→ **TASK DATA**:
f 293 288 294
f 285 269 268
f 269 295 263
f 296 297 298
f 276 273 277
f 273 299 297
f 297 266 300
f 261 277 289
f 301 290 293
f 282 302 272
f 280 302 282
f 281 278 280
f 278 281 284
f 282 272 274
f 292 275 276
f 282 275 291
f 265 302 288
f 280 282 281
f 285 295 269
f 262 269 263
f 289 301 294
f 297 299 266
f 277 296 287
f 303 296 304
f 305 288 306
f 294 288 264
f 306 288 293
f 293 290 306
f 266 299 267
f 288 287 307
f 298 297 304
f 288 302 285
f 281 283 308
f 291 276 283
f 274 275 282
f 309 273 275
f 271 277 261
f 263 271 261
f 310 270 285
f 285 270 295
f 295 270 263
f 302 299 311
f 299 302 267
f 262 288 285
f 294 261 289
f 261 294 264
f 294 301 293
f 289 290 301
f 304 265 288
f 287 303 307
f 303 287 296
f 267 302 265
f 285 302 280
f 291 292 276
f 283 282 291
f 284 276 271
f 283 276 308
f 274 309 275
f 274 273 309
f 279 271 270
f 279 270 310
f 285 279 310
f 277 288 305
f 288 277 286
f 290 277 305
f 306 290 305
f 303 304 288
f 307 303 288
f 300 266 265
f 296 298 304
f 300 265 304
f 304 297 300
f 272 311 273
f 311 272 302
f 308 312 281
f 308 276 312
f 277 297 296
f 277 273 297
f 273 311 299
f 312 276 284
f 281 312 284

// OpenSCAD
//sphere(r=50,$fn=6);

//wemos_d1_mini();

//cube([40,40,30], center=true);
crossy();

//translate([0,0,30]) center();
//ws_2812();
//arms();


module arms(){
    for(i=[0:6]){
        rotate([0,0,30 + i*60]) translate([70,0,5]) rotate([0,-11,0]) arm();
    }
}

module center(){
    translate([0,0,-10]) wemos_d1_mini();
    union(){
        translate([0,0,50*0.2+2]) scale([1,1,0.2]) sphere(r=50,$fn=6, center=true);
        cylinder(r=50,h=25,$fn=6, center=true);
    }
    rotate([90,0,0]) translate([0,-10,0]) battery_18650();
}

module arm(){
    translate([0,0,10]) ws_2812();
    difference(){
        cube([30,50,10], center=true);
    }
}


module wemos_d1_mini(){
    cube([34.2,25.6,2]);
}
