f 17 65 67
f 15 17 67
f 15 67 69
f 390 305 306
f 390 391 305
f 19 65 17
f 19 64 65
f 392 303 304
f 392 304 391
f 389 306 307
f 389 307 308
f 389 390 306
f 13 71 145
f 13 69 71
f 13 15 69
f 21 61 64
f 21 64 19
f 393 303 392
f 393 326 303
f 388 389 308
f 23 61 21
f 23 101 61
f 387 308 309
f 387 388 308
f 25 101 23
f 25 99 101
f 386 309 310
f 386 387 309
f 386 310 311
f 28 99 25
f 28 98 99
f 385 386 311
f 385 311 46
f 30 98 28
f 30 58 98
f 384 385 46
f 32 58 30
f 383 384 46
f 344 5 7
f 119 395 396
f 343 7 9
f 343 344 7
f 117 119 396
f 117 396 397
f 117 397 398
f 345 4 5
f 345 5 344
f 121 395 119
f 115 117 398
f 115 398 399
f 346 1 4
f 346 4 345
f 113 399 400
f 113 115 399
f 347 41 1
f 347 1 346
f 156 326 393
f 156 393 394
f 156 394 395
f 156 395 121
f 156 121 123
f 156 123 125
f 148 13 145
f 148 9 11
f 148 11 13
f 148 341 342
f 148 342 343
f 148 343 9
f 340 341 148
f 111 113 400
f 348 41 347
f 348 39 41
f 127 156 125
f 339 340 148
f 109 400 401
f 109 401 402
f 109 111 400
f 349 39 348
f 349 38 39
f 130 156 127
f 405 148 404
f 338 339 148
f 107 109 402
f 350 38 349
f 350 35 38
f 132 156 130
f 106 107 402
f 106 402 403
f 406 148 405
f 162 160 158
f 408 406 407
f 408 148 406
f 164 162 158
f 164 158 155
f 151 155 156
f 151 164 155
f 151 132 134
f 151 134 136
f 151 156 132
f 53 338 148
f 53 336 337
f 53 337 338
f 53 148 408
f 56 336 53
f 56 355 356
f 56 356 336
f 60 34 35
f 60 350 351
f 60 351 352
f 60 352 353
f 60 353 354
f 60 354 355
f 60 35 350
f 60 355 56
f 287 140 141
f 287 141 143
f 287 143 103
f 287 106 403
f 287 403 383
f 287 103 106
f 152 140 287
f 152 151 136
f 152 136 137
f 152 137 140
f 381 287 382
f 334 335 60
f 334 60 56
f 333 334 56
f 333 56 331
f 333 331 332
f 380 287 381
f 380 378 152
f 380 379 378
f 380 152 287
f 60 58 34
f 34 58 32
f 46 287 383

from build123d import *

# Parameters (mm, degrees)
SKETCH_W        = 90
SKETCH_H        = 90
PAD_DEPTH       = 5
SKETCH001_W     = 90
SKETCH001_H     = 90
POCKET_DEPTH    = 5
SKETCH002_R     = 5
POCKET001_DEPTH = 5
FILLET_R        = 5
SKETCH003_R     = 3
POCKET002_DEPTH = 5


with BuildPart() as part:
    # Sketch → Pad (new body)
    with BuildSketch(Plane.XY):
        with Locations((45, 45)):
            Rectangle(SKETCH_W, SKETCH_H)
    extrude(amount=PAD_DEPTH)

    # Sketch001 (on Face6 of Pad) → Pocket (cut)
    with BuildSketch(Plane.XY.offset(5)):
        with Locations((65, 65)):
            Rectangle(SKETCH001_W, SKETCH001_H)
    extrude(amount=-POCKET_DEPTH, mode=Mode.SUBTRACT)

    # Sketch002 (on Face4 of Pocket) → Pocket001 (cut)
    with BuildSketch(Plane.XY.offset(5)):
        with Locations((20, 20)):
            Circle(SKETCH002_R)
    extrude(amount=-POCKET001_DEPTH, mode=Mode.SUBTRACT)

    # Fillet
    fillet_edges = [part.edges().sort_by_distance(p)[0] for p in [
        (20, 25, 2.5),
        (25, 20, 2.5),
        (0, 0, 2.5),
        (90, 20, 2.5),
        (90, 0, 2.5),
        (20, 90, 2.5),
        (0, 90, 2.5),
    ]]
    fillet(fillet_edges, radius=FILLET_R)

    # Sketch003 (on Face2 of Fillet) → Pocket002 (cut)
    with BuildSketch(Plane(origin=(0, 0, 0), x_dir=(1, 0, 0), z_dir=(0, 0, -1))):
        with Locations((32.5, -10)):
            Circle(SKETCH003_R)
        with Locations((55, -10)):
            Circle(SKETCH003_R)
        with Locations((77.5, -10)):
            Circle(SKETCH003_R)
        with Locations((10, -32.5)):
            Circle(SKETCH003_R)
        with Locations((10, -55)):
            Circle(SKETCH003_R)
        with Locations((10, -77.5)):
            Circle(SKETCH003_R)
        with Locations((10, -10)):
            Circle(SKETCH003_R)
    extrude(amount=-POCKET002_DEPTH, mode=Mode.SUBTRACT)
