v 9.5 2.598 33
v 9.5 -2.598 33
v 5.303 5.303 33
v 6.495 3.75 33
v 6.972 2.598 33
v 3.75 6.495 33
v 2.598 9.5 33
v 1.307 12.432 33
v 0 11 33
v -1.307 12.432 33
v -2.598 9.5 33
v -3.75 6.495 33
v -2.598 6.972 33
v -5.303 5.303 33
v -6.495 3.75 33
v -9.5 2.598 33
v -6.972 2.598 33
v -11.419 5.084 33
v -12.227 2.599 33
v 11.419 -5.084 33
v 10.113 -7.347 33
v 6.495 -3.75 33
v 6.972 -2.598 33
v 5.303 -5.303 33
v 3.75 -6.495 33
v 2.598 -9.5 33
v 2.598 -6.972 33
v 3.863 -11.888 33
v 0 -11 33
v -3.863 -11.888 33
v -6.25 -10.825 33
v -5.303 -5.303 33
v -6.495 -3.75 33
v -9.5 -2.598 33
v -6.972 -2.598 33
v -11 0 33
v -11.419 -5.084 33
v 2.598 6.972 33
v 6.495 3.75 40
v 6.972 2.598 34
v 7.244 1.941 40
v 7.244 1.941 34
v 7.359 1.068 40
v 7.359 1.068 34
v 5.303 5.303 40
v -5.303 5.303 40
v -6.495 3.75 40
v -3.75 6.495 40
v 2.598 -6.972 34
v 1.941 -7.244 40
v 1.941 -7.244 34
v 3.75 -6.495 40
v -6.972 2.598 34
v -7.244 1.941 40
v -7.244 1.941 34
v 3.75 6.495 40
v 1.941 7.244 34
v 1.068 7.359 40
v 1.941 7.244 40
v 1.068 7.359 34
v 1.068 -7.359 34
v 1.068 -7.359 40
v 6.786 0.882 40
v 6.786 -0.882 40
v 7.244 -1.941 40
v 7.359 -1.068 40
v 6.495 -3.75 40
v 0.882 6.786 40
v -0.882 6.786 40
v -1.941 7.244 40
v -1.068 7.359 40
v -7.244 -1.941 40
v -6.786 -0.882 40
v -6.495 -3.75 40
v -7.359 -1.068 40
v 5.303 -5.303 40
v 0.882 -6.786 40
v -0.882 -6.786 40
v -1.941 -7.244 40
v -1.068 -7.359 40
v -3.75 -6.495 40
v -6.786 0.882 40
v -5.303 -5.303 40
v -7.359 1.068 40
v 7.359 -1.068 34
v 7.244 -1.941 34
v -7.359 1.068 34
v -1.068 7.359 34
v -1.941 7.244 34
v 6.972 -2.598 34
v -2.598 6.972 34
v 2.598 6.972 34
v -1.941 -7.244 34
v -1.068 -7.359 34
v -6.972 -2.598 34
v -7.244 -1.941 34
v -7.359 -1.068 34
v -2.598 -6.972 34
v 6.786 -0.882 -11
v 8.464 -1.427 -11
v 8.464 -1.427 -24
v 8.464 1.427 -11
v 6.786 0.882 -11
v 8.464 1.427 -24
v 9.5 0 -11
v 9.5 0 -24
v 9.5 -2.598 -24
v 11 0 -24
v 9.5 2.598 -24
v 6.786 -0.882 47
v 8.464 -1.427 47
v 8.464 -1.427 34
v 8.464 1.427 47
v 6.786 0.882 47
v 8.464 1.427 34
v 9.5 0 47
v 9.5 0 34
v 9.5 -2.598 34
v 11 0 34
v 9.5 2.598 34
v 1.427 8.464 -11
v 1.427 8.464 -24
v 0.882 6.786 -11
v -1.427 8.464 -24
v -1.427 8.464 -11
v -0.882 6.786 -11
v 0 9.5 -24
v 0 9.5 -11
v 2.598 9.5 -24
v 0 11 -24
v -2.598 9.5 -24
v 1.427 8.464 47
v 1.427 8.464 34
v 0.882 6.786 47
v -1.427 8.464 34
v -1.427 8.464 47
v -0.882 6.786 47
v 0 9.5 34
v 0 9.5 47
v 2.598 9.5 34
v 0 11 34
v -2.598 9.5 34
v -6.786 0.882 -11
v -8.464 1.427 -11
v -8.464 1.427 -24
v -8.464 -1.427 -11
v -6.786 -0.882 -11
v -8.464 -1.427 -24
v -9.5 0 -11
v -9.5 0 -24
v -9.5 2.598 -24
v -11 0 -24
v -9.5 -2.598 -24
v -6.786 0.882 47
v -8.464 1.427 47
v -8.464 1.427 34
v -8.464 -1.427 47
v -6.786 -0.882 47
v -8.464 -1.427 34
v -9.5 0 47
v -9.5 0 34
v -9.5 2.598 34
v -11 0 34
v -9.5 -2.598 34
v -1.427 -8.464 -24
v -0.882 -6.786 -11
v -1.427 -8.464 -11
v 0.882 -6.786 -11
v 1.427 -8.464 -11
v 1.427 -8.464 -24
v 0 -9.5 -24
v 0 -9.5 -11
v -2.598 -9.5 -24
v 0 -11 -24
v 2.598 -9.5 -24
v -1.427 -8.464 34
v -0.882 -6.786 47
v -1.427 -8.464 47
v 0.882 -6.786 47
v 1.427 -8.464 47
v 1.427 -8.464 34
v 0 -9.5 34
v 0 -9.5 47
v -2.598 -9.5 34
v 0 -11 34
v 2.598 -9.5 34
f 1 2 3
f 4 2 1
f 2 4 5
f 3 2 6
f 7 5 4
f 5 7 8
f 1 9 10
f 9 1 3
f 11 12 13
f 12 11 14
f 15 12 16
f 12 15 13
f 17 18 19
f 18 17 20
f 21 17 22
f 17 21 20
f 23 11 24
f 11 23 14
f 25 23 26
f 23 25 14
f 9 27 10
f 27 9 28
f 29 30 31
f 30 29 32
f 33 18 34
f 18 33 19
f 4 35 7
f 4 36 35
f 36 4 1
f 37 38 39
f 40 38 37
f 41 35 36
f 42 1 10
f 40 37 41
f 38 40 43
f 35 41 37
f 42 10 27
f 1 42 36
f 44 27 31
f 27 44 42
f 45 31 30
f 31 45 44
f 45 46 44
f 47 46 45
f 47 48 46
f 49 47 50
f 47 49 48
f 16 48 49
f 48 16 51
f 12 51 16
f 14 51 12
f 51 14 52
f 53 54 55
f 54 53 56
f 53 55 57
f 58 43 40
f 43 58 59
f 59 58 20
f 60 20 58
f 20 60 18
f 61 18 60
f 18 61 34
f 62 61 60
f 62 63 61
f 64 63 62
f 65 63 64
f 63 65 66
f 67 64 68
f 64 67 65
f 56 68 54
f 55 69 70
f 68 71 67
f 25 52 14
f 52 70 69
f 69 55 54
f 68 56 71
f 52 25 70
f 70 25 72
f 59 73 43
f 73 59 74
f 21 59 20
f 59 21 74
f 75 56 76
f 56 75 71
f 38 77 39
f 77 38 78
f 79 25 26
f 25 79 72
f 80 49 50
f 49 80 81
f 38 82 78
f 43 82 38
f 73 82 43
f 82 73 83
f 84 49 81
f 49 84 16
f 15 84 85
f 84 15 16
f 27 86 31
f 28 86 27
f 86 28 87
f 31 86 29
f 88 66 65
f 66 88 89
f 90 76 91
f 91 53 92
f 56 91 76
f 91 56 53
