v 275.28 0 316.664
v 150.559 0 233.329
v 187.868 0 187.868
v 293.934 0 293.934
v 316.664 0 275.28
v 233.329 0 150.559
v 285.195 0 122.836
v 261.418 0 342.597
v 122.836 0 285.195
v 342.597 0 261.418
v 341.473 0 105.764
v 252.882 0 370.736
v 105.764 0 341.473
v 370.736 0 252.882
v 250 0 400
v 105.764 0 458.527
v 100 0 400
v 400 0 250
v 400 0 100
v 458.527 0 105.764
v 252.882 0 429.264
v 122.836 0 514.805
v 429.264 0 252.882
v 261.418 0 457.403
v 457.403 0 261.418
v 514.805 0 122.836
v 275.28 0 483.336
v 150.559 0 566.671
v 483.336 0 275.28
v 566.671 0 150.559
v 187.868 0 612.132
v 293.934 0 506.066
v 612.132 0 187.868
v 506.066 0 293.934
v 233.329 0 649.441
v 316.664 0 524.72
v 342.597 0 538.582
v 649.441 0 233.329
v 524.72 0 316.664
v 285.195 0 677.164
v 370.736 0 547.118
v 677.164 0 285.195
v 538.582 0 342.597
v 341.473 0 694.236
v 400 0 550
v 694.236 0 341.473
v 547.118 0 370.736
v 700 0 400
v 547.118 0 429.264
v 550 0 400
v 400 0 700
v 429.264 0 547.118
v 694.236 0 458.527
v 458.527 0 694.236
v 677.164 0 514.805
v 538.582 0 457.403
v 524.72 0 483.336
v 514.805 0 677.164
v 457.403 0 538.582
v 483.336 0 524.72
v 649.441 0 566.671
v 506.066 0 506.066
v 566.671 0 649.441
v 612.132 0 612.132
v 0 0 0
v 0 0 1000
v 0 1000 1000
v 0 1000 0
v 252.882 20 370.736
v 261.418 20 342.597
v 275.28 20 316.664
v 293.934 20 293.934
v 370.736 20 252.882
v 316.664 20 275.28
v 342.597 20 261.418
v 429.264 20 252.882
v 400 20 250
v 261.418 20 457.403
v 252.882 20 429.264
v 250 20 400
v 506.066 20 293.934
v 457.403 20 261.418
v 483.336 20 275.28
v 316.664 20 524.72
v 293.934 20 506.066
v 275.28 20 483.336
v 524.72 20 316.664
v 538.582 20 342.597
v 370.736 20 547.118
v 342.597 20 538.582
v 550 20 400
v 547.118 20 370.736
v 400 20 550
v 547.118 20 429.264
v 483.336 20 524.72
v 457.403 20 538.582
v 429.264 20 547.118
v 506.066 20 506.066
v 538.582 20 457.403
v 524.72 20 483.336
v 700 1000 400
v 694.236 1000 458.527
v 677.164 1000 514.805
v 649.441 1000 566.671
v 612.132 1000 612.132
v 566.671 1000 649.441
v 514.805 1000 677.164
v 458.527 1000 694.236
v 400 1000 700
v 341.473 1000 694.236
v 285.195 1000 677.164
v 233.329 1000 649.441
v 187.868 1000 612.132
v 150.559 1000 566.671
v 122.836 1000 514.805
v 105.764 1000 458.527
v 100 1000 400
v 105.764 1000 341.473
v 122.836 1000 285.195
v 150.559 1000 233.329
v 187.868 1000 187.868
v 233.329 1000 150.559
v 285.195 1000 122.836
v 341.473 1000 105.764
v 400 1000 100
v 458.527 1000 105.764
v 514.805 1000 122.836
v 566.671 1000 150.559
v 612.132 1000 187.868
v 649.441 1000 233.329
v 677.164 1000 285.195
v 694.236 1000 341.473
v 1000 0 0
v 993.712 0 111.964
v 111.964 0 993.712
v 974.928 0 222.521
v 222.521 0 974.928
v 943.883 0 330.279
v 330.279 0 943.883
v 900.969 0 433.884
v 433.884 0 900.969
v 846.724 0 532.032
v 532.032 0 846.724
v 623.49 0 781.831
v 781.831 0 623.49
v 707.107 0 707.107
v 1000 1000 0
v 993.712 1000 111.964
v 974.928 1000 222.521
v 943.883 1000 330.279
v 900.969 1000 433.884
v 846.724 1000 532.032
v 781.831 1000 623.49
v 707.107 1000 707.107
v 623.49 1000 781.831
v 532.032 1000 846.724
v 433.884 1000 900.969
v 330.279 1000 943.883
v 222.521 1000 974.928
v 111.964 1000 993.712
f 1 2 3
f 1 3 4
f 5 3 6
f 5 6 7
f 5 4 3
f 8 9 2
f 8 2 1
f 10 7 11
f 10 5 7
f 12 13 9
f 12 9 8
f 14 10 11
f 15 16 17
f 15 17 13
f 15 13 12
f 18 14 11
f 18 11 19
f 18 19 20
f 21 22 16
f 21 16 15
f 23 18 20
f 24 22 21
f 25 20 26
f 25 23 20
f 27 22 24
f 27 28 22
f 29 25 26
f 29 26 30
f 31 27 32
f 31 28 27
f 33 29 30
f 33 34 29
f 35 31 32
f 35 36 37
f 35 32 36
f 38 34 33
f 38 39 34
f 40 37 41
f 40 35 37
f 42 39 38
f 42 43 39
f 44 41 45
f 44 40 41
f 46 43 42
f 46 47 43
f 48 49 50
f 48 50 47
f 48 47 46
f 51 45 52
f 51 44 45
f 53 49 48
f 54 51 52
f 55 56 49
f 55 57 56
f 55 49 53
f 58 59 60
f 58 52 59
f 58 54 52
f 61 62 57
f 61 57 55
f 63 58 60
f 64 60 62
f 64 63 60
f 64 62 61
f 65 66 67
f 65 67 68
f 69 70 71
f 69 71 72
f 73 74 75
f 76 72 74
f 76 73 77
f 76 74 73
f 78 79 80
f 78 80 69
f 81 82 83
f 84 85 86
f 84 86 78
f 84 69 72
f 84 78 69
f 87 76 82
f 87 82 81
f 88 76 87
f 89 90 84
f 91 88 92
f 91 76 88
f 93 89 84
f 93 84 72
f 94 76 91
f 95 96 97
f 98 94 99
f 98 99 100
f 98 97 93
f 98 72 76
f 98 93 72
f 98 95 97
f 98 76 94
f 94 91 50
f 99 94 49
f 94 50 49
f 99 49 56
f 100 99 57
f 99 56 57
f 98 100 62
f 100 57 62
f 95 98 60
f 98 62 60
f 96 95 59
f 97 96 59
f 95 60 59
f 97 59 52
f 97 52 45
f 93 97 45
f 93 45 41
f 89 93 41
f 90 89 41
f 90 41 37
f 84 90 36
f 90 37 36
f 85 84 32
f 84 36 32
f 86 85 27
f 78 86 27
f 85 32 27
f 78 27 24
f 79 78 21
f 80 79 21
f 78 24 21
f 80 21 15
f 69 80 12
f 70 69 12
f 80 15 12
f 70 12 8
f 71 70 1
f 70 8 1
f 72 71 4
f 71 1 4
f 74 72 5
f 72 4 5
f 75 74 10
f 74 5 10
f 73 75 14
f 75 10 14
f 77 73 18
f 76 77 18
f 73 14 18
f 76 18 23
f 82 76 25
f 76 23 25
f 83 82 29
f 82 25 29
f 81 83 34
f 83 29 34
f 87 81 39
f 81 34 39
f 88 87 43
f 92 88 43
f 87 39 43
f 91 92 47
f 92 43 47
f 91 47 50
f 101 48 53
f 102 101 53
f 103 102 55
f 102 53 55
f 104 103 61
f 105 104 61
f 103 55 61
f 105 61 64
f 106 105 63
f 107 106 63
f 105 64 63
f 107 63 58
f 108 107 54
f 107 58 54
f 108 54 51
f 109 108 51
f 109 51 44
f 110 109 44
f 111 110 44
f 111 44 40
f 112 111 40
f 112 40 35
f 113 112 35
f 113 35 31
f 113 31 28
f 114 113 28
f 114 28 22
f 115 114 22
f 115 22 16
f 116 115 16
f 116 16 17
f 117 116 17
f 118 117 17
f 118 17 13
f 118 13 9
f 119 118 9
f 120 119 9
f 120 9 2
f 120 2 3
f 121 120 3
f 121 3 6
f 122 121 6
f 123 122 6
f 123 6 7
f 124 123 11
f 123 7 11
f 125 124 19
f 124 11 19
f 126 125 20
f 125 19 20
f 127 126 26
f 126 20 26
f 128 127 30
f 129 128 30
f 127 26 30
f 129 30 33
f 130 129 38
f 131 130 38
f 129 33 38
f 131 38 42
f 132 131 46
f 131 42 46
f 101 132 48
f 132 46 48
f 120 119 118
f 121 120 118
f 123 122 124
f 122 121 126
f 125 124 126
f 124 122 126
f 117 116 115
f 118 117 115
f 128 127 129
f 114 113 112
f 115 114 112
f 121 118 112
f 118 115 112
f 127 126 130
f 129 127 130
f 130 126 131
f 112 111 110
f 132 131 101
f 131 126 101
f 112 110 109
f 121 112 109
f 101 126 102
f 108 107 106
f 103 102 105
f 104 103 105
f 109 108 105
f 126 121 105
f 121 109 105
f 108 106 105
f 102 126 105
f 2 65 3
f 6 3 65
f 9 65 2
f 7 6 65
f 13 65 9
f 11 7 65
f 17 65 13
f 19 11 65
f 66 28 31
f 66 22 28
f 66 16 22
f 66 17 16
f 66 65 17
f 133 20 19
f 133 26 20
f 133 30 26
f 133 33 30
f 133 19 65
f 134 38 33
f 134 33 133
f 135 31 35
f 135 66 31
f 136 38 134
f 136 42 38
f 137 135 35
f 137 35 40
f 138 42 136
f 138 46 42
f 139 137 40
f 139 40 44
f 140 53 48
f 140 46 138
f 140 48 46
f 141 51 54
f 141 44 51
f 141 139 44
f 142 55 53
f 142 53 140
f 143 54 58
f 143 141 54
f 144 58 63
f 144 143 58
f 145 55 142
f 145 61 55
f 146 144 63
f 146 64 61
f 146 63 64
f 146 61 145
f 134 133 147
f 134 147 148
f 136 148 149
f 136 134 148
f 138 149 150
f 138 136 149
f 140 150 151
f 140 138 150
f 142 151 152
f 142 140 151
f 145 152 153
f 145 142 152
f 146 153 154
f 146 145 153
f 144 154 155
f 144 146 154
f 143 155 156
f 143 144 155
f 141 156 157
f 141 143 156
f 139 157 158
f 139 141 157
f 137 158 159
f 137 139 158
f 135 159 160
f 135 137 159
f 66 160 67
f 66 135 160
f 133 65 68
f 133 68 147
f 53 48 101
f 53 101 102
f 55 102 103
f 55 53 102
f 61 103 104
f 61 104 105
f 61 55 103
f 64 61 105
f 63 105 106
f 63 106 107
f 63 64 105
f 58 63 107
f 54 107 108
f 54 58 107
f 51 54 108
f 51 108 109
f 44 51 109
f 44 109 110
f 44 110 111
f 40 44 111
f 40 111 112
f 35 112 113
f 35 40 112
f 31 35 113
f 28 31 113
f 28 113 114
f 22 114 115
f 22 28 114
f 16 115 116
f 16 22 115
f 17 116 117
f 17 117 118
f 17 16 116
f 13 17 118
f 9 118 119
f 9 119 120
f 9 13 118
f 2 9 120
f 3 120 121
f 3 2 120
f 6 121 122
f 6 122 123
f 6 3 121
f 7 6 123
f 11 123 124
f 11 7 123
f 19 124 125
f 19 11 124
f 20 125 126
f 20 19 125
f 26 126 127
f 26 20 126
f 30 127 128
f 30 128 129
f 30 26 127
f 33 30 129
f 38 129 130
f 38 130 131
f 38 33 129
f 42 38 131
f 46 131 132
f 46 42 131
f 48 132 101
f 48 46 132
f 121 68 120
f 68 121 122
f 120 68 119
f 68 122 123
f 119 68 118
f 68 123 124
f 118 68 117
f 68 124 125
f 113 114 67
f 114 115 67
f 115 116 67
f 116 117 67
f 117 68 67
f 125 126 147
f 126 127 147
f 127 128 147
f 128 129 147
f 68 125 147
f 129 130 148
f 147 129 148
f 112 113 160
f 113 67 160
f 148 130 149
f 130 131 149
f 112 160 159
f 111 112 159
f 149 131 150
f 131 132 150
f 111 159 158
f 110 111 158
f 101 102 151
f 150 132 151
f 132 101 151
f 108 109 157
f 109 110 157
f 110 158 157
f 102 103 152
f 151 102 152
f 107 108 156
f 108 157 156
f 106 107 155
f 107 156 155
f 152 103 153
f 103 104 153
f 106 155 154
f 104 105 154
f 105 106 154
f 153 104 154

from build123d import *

# Parameters (mm, degrees)
F3_DEPTH = 1000
F2_R     = 300
F4_DEPTH = 1200
F5_DEPTH = 1000
F1_R     = 150
F6_DEPTH = 20


with BuildPart() as f3:
    # F0 (on Front) → F3 (new body)
    with BuildSketch(Plane.XZ):
        with BuildLine():
            Line((0, 0), (1000, 0))
            ThreePointArc((1000, 0), (707.106781, 707.106781), (0, 1000))
            Line((0, 1000), (0, 0))
        make_face()
    extrude(amount=-F3_DEPTH)

    # F2 (on Front) → F4 (cut)
    with BuildSketch(Plane.XZ):
        with Locations((400, 400)):
            Circle(F2_R)
    extrude(amount=-F4_DEPTH, mode=Mode.SUBTRACT)


with BuildPart() as f5:
    # F2 (on Front) → F5 (new body, through all)
    with BuildSketch(Plane.XZ):
        with Locations((400, 400)):
            Circle(F2_R)
    extrude(amount=-F5_DEPTH)

    # F1 (on Front) → F6 (cut)
    with BuildSketch(Plane.XZ):
        with Locations((400, 400)):
            Circle(F1_R)
    extrude(amount=-F6_DEPTH, mode=Mode.SUBTRACT)


solid = Compound([f3.part, f5.part])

→ **TASK DETAILS**: Above are the records; from them, give again exactly the lines from the one containing "f 122 121 126" to the one containing "f 133 30 26", both lines included, and nothing more.

→ **SOLUTION BELOW**:
f 122 121 126
f 125 124 126
f 124 122 126
f 117 116 115
f 118 117 115
f 128 127 129
f 114 113 112
f 115 114 112
f 121 118 112
f 118 115 112
f 127 126 130
f 129 127 130
f 130 126 131
f 112 111 110
f 132 131 101
f 131 126 101
f 112 110 109
f 121 112 109
f 101 126 102
f 108 107 106
f 103 102 105
f 104 103 105
f 109 108 105
f 126 121 105
f 121 109 105
f 108 106 105
f 102 126 105
f 2 65 3
f 6 3 65
f 9 65 2
f 7 6 65
f 13 65 9
f 11 7 65
f 17 65 13
f 19 11 65
f 66 28 31
f 66 22 28
f 66 16 22
f 66 17 16
f 66 65 17
f 133 20 19
f 133 26 20
f 133 30 26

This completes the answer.